Mark knew that he was tiring now.  The last mile or so had been punishing – a long, hard uphill drag which had seemed to go on forever, and now an ever steepening final incline with a hairpin bend every few hundred yards.  He was pushing 45 and this was probably the last time he would enter the Veterans Tour de France.  His weight counted against him and though he had all the stamina in the world, it was not always enough, these days, to see him through.

 He was grateful for the gentle breeze that had just sprung up and for the light drizzle which accompanied it.  It cooled his sweat and dust-stained face, fixed for so long now into a grimace of pain in this, the last leg of his last race.

 “Just let me get into the final ten at least”, he prayed silently.  He needed some kind of mantra, something to occupy his mind, something that would isolate him mentally from the other riders, yet not distract him from his purpose.

 “Phil, Nita, Geoff, Di” were the words that formed in his head.  These were the names of his friends in the writing group with whom he met up once a month in the pub.  They would have a few beers and a laugh and share whatever stories and ideas they had produced recently.  Occasionally they would set one another a writing task as “homework”, “to get those creative juices flowing”, as they said.  Well, he certainly needed some juice right now!

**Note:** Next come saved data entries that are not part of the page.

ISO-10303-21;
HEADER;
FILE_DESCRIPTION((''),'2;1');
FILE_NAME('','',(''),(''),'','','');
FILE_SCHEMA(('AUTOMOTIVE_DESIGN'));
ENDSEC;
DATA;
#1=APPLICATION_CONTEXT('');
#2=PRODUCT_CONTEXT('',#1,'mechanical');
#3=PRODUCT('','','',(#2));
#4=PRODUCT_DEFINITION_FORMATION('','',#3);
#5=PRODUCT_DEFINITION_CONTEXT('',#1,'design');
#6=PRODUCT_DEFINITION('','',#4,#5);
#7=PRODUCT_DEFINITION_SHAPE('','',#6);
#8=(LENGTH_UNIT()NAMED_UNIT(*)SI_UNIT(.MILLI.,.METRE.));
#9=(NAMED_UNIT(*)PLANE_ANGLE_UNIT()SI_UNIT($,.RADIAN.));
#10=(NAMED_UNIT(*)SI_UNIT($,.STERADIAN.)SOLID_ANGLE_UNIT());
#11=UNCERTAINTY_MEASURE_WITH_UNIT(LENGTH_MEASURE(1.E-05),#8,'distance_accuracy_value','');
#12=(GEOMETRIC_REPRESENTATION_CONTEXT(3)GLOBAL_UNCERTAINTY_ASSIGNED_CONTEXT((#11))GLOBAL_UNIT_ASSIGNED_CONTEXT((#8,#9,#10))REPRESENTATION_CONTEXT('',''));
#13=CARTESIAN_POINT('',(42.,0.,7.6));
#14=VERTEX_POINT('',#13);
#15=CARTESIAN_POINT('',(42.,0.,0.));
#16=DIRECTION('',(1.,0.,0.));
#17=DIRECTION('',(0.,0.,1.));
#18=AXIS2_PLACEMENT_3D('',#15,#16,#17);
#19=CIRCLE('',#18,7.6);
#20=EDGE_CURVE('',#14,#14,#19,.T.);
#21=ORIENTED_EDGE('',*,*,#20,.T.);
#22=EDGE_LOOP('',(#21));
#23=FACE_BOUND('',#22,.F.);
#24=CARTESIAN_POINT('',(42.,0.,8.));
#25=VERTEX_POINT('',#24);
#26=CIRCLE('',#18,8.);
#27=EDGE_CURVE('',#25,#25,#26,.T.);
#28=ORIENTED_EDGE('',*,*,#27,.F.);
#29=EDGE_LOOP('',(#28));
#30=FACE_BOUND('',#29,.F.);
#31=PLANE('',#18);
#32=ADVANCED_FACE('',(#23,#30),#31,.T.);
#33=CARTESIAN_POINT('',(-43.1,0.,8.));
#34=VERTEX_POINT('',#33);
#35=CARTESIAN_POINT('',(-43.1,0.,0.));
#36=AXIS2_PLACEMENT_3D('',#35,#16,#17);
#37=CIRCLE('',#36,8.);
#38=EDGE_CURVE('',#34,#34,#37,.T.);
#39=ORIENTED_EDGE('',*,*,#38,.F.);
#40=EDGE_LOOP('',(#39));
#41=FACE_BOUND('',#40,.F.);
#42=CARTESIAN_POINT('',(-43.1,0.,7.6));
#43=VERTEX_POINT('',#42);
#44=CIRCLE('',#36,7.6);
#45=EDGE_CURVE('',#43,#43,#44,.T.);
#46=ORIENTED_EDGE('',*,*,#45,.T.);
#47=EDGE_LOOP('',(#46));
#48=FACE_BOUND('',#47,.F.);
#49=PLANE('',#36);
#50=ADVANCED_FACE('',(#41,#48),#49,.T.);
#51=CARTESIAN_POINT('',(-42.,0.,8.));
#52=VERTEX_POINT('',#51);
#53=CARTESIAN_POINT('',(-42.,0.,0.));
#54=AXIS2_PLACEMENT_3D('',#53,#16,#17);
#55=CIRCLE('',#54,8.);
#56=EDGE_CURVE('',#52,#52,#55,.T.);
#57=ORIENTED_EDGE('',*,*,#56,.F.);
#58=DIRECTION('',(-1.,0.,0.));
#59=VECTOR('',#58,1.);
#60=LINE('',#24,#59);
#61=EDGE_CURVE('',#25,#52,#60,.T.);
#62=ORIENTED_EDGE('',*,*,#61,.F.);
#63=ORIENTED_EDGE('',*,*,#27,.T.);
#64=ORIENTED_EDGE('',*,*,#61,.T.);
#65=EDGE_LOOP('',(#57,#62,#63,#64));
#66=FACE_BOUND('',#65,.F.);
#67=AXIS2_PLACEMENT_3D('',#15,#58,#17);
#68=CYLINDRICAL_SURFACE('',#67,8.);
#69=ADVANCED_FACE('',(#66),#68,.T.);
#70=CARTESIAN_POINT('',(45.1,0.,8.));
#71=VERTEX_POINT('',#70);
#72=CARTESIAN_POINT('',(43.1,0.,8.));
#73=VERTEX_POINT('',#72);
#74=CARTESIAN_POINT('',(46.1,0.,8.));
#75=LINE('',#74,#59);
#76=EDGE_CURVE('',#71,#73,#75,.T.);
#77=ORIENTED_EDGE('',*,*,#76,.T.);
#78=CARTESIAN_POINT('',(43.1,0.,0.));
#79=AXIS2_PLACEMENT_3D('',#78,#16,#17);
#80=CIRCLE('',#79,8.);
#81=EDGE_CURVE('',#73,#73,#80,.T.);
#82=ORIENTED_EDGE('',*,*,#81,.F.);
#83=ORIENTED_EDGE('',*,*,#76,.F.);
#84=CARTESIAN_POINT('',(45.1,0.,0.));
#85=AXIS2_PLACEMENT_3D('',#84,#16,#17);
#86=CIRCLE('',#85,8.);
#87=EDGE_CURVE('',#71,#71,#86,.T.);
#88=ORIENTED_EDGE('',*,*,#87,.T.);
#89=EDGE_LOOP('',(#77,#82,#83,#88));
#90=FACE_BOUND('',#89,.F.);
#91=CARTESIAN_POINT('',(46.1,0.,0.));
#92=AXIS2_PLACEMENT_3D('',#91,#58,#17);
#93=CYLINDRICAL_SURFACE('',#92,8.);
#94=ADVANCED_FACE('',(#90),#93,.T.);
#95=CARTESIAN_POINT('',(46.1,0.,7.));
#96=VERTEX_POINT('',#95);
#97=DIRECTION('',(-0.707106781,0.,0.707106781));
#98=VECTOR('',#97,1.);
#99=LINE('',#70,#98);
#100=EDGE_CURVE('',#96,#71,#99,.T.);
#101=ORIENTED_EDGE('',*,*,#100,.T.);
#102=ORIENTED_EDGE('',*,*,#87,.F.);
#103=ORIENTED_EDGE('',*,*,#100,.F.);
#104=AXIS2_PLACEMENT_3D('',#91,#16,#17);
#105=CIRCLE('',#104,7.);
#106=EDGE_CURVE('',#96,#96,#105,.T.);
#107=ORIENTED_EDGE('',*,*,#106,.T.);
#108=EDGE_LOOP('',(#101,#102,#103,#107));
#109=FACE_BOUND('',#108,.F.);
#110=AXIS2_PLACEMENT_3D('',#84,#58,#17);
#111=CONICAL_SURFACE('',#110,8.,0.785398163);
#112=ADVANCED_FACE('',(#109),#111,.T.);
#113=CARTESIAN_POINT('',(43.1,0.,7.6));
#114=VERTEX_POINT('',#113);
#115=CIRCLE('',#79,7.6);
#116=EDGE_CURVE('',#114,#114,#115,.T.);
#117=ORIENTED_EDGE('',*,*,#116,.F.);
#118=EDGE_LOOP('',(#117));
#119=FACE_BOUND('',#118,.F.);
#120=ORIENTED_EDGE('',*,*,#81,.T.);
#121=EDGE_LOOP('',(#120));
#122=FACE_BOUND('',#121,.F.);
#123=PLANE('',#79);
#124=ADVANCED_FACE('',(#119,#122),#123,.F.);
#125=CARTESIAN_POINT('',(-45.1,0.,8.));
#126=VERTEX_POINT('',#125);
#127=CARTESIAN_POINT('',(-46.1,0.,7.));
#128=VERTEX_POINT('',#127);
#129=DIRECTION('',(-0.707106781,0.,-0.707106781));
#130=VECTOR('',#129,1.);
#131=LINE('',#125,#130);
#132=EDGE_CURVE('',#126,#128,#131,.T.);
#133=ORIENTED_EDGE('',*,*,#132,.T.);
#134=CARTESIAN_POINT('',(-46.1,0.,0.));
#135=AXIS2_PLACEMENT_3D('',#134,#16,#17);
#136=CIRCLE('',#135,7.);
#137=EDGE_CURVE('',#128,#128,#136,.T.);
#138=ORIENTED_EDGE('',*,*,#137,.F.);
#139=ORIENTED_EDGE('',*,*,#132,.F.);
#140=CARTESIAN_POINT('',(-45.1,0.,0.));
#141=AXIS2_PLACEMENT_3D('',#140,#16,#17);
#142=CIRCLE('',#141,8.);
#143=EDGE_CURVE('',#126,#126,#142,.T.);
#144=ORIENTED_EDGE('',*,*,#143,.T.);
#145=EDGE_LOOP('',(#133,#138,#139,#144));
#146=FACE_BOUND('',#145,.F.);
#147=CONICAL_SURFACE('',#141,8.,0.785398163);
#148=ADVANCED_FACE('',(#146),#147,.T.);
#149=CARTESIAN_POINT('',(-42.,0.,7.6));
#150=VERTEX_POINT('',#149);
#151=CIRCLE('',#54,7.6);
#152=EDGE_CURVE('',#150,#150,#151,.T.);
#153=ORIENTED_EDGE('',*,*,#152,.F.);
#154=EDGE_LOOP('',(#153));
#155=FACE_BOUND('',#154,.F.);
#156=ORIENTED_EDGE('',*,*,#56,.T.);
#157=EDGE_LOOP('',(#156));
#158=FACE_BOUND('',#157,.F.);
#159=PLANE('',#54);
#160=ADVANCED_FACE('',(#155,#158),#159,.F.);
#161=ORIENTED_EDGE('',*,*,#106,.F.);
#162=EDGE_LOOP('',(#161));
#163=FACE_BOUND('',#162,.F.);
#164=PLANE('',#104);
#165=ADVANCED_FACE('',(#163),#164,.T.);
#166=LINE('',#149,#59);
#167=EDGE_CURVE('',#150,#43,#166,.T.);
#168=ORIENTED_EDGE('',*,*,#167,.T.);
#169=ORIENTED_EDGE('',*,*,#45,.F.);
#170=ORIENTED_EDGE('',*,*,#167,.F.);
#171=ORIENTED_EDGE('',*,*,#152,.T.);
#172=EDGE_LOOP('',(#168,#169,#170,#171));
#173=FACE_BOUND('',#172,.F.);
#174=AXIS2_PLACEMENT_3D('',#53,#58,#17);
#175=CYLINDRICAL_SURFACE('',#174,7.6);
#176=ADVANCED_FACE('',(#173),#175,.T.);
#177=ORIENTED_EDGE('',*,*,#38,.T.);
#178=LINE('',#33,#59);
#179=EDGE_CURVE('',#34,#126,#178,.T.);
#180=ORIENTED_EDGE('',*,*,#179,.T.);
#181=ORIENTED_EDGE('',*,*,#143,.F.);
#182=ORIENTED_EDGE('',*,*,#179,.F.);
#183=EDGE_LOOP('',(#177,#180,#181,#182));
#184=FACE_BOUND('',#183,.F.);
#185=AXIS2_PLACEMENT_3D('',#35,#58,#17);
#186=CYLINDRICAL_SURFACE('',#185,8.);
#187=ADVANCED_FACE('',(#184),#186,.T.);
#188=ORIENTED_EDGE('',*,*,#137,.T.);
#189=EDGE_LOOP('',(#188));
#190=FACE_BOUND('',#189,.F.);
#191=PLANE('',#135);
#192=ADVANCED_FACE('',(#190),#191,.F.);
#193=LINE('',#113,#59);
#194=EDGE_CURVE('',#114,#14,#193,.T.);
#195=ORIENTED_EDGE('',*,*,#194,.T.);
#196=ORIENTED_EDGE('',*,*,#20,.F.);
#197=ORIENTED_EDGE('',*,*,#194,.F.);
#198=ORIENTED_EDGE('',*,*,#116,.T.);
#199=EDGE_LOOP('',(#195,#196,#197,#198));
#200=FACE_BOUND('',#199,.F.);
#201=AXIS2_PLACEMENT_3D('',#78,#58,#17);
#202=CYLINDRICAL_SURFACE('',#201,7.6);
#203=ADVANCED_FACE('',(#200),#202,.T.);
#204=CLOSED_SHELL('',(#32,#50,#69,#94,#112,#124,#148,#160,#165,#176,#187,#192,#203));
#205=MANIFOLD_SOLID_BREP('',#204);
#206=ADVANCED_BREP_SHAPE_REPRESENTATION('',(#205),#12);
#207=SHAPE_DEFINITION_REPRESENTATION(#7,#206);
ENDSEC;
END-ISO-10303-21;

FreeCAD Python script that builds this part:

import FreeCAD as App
import Part
import Sketcher
Q = App.Units.Quantity


def edges_at(feature, points):
    """Names of the edges that pass closest to the given points."""
    edges = feature.Shape.Edges
    near = lambda p: min(range(len(edges)), key=lambda i: edges[i].distToShape(Part.Vertex(*p))[0])
    return sorted({f"Edge{near(p) + 1}" for p in points})

doc = App.newDocument("Part")
body = doc.addObject("PartDesign::Body", "Body")

sketch1 = doc.addObject("Sketcher::SketchObject", "Sketch")
body.addObject(sketch1)
sketch1.AttachmentSupport = (doc.XZ_Plane, [""])
sketch1.MapMode = "FlatFace"
sketch1.addGeometry([
    Part.LineSegment(App.Vector(42, 8, 0), App.Vector(-42, 8, 0)),
    Part.LineSegment(App.Vector(-42, 8, 0), App.Vector(-42, 7.6, 0)),
    Part.LineSegment(App.Vector(-42, 7.6, 0), App.Vector(-43.1, 7.6, 0)),
    Part.LineSegment(App.Vector(-43.1, 7.6, 0), App.Vector(-43.1, 8, 0)),
    Part.LineSegment(App.Vector(-43.1, 8, 0), App.Vector(-46.1, 8, 0)),
    Part.LineSegment(App.Vector(-46.1, 8, 0), App.Vector(-46.1, 0, 0)),
    Part.LineSegment(App.Vector(-46.1, 0, 0), App.Vector(46.1, 0, 0)),
    Part.LineSegment(App.Vector(46.1, 0, 0), App.Vector(46.1, 8, 0)),
    Part.LineSegment(App.Vector(46.1, 8, 0), App.Vector(43.1, 8, 0)),
    Part.LineSegment(App.Vector(43.1, 8, 0), App.Vector(43.1, 7.6, 0)),
    Part.LineSegment(App.Vector(43.1, 7.6, 0), App.Vector(42, 7.6, 0)),
    Part.LineSegment(App.Vector(42, 7.6, 0), App.Vector(42, 8, 0)),
], False)
sketch1.addConstraint([
    Sketcher.Constraint("Coincident", 0, 2, 1, 1),
    Sketcher.Constraint("Coincident", 1, 2, 2, 1),
    Sketcher.Constraint("Coincident", 2, 2, 3, 1),
    Sketcher.Constraint("Coincident", 3, 2, 4, 1),
    Sketcher.Constraint("Coincident", 4, 2, 5, 1),
    Sketcher.Constraint("Coincident", 5, 2, 6, 1),
    Sketcher.Constraint("Coincident", 6, 2, 7, 1),
    Sketcher.Constraint("Coincident", 7, 2, 8, 1),
    Sketcher.Constraint("Coincident", 8, 2, 9, 1),
    Sketcher.Constraint("Coincident", 9, 2, 10, 1),
    Sketcher.Constraint("Coincident", 10, 2, 11, 1),
    Sketcher.Constraint("Coincident", 11, 2, 0, 1),
    Sketcher.Constraint("Horizontal", 0),
    Sketcher.Constraint("Vertical", 1),
    Sketcher.Constraint("Horizontal", 2),
    Sketcher.Constraint("Vertical", 3),
    Sketcher.Constraint("Horizontal", 4),
    Sketcher.Constraint("Vertical", 5),
    Sketcher.Constraint("Horizontal", 6),
    Sketcher.Constraint("Vertical", 7),
    Sketcher.Constraint("Horizontal", 8),
    Sketcher.Constraint("Vertical", 9),
    Sketcher.Constraint("Horizontal", 10),
    Sketcher.Constraint("Vertical", 11),
    Sketcher.Constraint("Symmetric", 5, 2, 6, 2, -1, 1),
    Sketcher.Constraint("Symmetric", 3, 2, 8, 2, -2),
    Sketcher.Constraint("Symmetric", 1, 2, 10, 2, -2),
    Sketcher.Constraint("Horizontal", 0, 2, 3, 2),
    Sketcher.Constraint("DistanceX", 0, 2, 0, 1, Q("84 mm")),
    Sketcher.Constraint("DistanceX", 4, 2, 4, 1, Q("3 mm")),
    Sketcher.Constraint("DistanceY", 5, 2, 5, 1, Q("8 mm")),
    Sketcher.Constraint("DistanceX", 2, 2, 2, 1, Q("1.1 mm")),
    Sketcher.Constraint("DistanceY", 1, 2, 1, 1, Q("0.4 mm")),
])
revolution = doc.addObject("PartDesign::Revolution", "Revolution")
body.addObject(revolution)
revolution.Profile = sketch1
revolution.ReferenceAxis = (sketch1, ["H_Axis"])
revolution.Angle = 360
doc.recompute()

chamfer = doc.addObject("PartDesign::Chamfer", "Chamfer")
body.addObject(chamfer)
chamfer.Base = (revolution, edges_at(revolution, [(-46.1, 0, -8), (46.1, 0, -8)]))
chamfer.Size = 1

doc.recompute()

 “Nita … Phil … Di … Geoff” , said the words in his head again, the “Geoff” coming out as an explosive exhalation of air.  Yes! That was it!  “Nita … neater.”  He must be neater in his movements to ride more gracefully and thus conserve energy.  “Phil … Fill.”  Fill his lungs to bursting with this cool air to send oxygen racing through his muscles.  “Di … Do or fucking die!”  That was what Di would say if she were with him now.  “Geoff … jephphph.”  Geoff’s name as a means to remind him to expel all the stale air with every down-thrust on the pedal, so allowing a greater lungful when he got to “Fill” again.

 *Nita … Phil … Di … Geoff.  Nita … Phil … Di … Geoff.”  Yes.  It was definitely helping.  His rhythm was better now, his breathing easier.  A few more yards to the crest of the hill and then it was plain sailing.  So absorbed had he been in his mantra, he had barely been aware of overtaking other riders, but as he breasted the summit, he realized he was out in front.  His greater weight sped him down the short slope to the finishing line.  He crossed it, raised an imaginary glass in the air and gasped,  “Cheers to the writers group!”